Friday, January 3, 2014

DOD/VA Seamless Transition Program Sputtered to a Halt – source Next.gov

After launching with much fanfare in 2009, the interagency program office charged with developing an integrated electronic health record (EHR) for the Defense and Veterans Affairs departments all but sputtered to a halt in September, Nextgov has learned. The development followed a decision by Defense and VA in February to independently develop their own EHRs, due to the high cost of the joint system, pegged at $28 billion by Frank Kendall, Defense undersecretary for acquisition, technology and logistics. Neither Defense nor VA formally announced the shutdown of the interagency program office. A hint of its demise can be found in an industry briefing that said Christopher Miller had assumed the role of acting director of the office, in addition to his role as program executive officer of the new Defense Healthcare Management Systems Modernization, charged with developing the Defense EHR.

Maureen Schumann, a Pentagon spokeswoman confirmed on November 18 to Nextgov that Barclay Butler, appointed director of the interagency program office in February 2012, left his job in September.
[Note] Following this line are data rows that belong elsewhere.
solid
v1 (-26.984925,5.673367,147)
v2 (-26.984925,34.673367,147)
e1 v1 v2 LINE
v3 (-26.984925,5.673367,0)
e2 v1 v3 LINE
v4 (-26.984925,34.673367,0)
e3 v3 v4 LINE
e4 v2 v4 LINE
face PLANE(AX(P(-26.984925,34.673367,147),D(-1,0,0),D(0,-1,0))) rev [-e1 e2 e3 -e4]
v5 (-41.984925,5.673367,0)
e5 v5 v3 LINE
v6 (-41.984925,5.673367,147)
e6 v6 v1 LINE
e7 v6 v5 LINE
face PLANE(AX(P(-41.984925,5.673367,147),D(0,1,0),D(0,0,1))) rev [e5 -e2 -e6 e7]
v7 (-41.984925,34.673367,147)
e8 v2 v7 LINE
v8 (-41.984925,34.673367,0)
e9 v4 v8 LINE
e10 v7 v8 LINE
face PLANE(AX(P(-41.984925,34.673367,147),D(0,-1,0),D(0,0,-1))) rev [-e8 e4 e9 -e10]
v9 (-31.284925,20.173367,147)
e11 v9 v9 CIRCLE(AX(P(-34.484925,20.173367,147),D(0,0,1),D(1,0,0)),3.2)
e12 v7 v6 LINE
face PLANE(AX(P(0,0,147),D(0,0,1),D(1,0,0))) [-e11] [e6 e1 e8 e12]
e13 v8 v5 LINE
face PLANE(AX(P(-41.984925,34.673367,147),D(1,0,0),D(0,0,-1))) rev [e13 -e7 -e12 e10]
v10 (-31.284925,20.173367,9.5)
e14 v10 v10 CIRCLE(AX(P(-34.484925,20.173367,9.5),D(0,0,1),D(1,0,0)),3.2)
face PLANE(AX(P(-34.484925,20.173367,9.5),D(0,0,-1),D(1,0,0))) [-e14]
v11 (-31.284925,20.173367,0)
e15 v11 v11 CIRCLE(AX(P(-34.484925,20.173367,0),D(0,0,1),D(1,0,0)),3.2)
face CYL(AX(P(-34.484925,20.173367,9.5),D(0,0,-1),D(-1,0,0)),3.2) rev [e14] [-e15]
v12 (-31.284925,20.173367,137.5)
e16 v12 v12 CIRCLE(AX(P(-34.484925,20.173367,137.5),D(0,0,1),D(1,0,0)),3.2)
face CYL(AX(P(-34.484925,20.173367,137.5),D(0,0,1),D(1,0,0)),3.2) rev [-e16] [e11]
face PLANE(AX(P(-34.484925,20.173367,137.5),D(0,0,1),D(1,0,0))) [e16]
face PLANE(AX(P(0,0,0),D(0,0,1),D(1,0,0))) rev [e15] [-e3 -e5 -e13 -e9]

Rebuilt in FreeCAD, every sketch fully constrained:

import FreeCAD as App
import Part
import Sketcher

V = App.Vector
Q = App.Units.Quantity


def add_polygon(sketch, points):
    """Adds a closed chain of lines whose ends are joined by coincident constraints."""
    first, n = sketch.GeometryCount, len(points)
    for a, b in zip(points, points[1:] + points[:1]):
        sketch.addGeometry(Part.LineSegment(App.Vector(*a, 0), App.Vector(*b, 0)), False)
    for i in range(n):
        sketch.addConstraint(Sketcher.Constraint("Coincident", first + i, 2, first + (i + 1) % n, 1))

doc = App.newDocument("Part")
params = doc.addObject("Spreadsheet::Sheet", "Params")
for row, (alias, value) in enumerate([
    ("sketch1_width", "15 mm"),
    ("sketch1_height", "29 mm"),
    ("pad1_length", "147 mm"),
    ("sketch2_diameter", "6.4 mm"),
    ("pocket1_length", "9.5 mm"),
], start=1):
    params.set(f"A{row}", alias)
    params.set(f"B{row}", "=" + value)
    params.setAlias(f"B{row}", alias)

body = doc.addObject("PartDesign::Body", "Body")

# Sketch on XY plane
sketch1 = body.newObject("Sketcher::SketchObject", "Sketch")
sketch1.AttachmentSupport = (doc.getObject("XY_Plane"), [""])
sketch1.MapMode = "FlatFace"
add_polygon(sketch1, [(-41.984925, 34.673367), (-41.984925, 5.673367), (-26.984925, 5.673367), (-26.984925, 34.673367)])  # lines 0-3
sketch1.addConstraint([
    Sketcher.Constraint("Vertical", 0),
    Sketcher.Constraint("Horizontal", 1),
    Sketcher.Constraint("Vertical", 2),
    Sketcher.Constraint("Horizontal", 3),
    Sketcher.Constraint("DistanceX", 1, 1, 1, 2, Q("15 mm")),
    Sketcher.Constraint("DistanceY", 0, 2, 0, 1, Q("29 mm")),
    Sketcher.Constraint("DistanceX", 0, 2, -1, 1, Q("41.984925 mm")),
    Sketcher.Constraint("DistanceY", -1, 1, 0, 2, Q("5.673367 mm")),
])
sketch1.setExpression("Constraints[8]", "Params.sketch1_width")
sketch1.setExpression("Constraints[9]", "Params.sketch1_height")
pad1 = body.newObject("PartDesign::Pad", "Pad")
pad1.Profile = sketch1
pad1.setExpression("Length", "Params.pad1_length")

# Sketch on XY plane
sketch2 = body.newObject("Sketcher::SketchObject", "Sketch001")
sketch2.AttachmentSupport = (doc.getObject("XY_Plane"), [""])
sketch2.MapMode = "FlatFace"
sketch2.AttachmentOffset = App.Placement(V(0, 0, 147), App.Rotation())
sketch2.addGeometry(Part.Circle(V(-34.484925, 20.173367, 0), V(0, 0, 1), 3.2), False)
sketch2.addConstraint([
    Sketcher.Constraint("Diameter", 0, Q("6.4 mm")),
    Sketcher.Constraint("DistanceX", 0, 3, -1, 1, Q("34.484925 mm")),
    Sketcher.Constraint("DistanceY", -1, 1, 0, 3, Q("20.173367 mm")),
])
sketch2.setExpression("Constraints[0]", "Params.sketch2_diameter")
pocket1 = body.newObject("PartDesign::Pocket", "Pocket")
pocket1.Profile = sketch2
pocket1.setExpression("Length", "Params.pocket1_length")
doc.recompute()

datumplane = body.newObject("PartDesign::Plane", "DatumPlane")
datumplane.AttachmentSupport = (doc.getObject("XY_Plane"), [""])
datumplane.MapMode = "FlatFace"
datumplane.AttachmentOffset = App.Placement(V(0, 0, 73.5), App.Rotation())
mirrored = body.newObject("PartDesign::Mirrored", "Mirrored")
mirrored.Originals = [pocket1]
mirrored.MirrorPlane = (datumplane, [""])
body.Tip = mirrored

doc.recompute()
Defense and VA are in the early stages of development of a revised charter and organizational chart of the office, Schumann added, and once completed, “the staffing for the IPO will be determined and announced.” While the office has been all but vaporized, both Defense and VA face the rather difficult task of finding a workaround to provisions in the National Defense Authorization Act of 2008 that mandated a joint EHR. The two departments also need to figure out how to work their way around language in the 2014 VA spending bill that also mandates a single EHR, which could become law if Congress passes a 2014 budget.